Les vacances parisiennes, scolaires et donc par là-même désormais inévitablement médiatiques, atteignant leur terme, on va se remettre au boulot dans les rédactions et les médias ; le blogueur de base va donc enfin pouvoir se mettre sous la dent quelques matières quotidiennes, ; ce n’est pourtant pas terrible, en ce premier jour de mars qui, contrairement à ce que disait cette buse de Charles d'Orléans, ne rit pas du tout « parmi les averses » et prépare bien secrètement, et sous la flotte, le printemps !
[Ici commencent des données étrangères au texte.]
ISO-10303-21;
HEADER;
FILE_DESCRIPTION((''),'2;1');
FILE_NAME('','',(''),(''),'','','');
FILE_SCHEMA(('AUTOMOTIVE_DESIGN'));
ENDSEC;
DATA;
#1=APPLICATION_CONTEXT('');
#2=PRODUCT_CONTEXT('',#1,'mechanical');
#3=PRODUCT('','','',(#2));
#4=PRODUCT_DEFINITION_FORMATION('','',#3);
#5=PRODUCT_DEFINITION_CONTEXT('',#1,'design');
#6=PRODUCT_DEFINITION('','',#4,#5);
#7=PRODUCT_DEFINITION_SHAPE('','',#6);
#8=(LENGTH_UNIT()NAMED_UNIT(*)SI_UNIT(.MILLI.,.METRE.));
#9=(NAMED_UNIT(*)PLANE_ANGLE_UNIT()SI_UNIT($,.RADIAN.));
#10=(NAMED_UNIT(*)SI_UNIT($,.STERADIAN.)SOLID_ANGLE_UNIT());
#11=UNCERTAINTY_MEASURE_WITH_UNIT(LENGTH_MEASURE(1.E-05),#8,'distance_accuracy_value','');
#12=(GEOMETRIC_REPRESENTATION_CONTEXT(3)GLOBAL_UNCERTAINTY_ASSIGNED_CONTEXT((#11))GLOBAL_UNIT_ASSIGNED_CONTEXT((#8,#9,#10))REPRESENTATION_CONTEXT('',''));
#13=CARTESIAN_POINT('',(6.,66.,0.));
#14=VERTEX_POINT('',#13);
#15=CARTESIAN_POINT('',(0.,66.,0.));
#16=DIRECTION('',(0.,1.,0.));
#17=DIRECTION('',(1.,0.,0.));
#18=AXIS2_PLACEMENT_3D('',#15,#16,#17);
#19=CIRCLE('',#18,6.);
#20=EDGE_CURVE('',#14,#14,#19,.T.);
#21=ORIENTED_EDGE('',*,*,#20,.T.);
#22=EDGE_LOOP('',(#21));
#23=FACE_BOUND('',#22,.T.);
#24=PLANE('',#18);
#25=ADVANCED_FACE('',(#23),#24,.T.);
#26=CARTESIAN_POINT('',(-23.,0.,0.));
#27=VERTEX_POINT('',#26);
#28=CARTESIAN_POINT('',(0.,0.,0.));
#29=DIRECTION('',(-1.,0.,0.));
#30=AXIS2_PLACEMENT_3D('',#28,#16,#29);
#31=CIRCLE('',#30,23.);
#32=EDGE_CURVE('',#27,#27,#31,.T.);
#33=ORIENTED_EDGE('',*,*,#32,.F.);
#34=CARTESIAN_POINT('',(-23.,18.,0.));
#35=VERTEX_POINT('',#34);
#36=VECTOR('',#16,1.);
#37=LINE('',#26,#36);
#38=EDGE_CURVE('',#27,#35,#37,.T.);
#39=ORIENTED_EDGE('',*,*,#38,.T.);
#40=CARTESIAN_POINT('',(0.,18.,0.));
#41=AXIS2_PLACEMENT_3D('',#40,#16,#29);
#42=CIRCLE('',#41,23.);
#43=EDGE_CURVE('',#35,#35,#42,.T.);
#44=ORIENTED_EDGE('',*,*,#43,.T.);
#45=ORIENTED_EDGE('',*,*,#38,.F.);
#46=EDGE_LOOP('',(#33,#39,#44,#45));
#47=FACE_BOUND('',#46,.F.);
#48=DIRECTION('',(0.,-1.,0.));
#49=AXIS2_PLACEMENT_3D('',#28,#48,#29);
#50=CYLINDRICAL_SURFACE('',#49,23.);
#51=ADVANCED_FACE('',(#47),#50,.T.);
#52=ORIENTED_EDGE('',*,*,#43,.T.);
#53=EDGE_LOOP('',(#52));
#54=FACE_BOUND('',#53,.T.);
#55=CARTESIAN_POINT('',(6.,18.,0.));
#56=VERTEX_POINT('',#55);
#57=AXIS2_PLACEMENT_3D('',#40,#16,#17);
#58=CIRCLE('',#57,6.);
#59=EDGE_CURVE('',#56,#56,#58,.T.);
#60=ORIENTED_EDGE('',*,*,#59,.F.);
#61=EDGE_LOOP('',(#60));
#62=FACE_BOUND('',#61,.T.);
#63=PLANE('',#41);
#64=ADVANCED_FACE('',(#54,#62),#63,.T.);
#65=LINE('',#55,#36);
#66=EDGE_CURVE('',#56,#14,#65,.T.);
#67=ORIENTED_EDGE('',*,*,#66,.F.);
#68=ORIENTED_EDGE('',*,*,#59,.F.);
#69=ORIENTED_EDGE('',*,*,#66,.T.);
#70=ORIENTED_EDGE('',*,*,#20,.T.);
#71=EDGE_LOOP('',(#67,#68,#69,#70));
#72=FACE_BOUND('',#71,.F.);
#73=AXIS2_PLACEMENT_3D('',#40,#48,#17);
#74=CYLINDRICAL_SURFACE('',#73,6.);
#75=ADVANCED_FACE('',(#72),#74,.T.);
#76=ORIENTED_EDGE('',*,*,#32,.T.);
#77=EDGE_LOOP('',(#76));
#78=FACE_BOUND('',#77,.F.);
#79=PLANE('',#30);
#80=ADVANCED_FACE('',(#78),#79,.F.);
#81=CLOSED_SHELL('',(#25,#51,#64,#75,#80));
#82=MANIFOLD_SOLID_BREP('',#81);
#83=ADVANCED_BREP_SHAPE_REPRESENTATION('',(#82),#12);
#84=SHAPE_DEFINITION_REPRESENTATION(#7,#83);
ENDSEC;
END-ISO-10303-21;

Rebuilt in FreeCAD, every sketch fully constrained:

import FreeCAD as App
import Part
import Sketcher
from FreeCAD import Vector
Q = App.Units.Quantity

doc = App.newDocument("Part")
body = doc.addObject("PartDesign::Body", "Body")

sketch1 = body.newObject("Sketcher::SketchObject", "Sketch")
sketch1.AttachmentSupport = (doc.getObject("XZ_Plane"), [""])
sketch1.MapMode = "FlatFace"
sketch1.addGeometry(Part.Circle(Vector(0, 0, 0), Vector(0, 0, 1), 23), False)
sketch1.addConstraint([
    Sketcher.Constraint("Coincident", 0, 3, -1, 1),
    Sketcher.Constraint("Diameter", 0, Q("46 mm")),
])
pad1 = body.newObject("PartDesign::Pad", "Pad")
pad1.Profile = sketch1
pad1.Length = 18
pad1.Reversed = True

sketch2 = body.newObject("Sketcher::SketchObject", "Sketch001")
sketch2.AttachmentSupport = (doc.getObject("XZ_Plane"), [""])
sketch2.MapMode = "FlatFace"
sketch2.AttachmentOffset = App.Placement(Vector(0, 0, -18), App.Rotation())
sketch2.addGeometry(Part.Circle(Vector(0, 0, 0), Vector(0, 0, 1), 6), False)
sketch2.addConstraint([
    Sketcher.Constraint("Coincident", 0, 3, -1, 1),
    Sketcher.Constraint("Diameter", 0, Q("12 mm")),
])
pad2 = body.newObject("PartDesign::Pad", "Pad001")
pad2.Profile = sketch2
pad2.Length = 48
pad2.Reversed = True

doc.recompute()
Certes la traversée du désert des internautes s'achève mais le blogueur n'a pas grand-chose à se mettre sous la dent en ce sinistre dimanche. On ne va quand même pas s'attarder sur la fausse mort de Martin Bouygues (il y a plus d'un âne à la foire qui s'appelle Bouygues !) ou sur l'impuissance de Marion Cotillard à convaincre le monde de venir à Paris soutenir l'écologie hollandaise. Elle avait pourtant pris soin de revêtir la marinière bretonne de Montebourg, hospitalisé à New York pour avoir reçu un miroir sur la tête (sans doute un coup tordu des frondeurs antillais manipulés par A. Pulvar, car ce bris lui vaudra sept ans de malheurs selon le tarif habituel). François et Marion devraient savoir pourtant qu’on ne peut
être en même temps au four parisien des Césars et au moulin à eau des Philippines !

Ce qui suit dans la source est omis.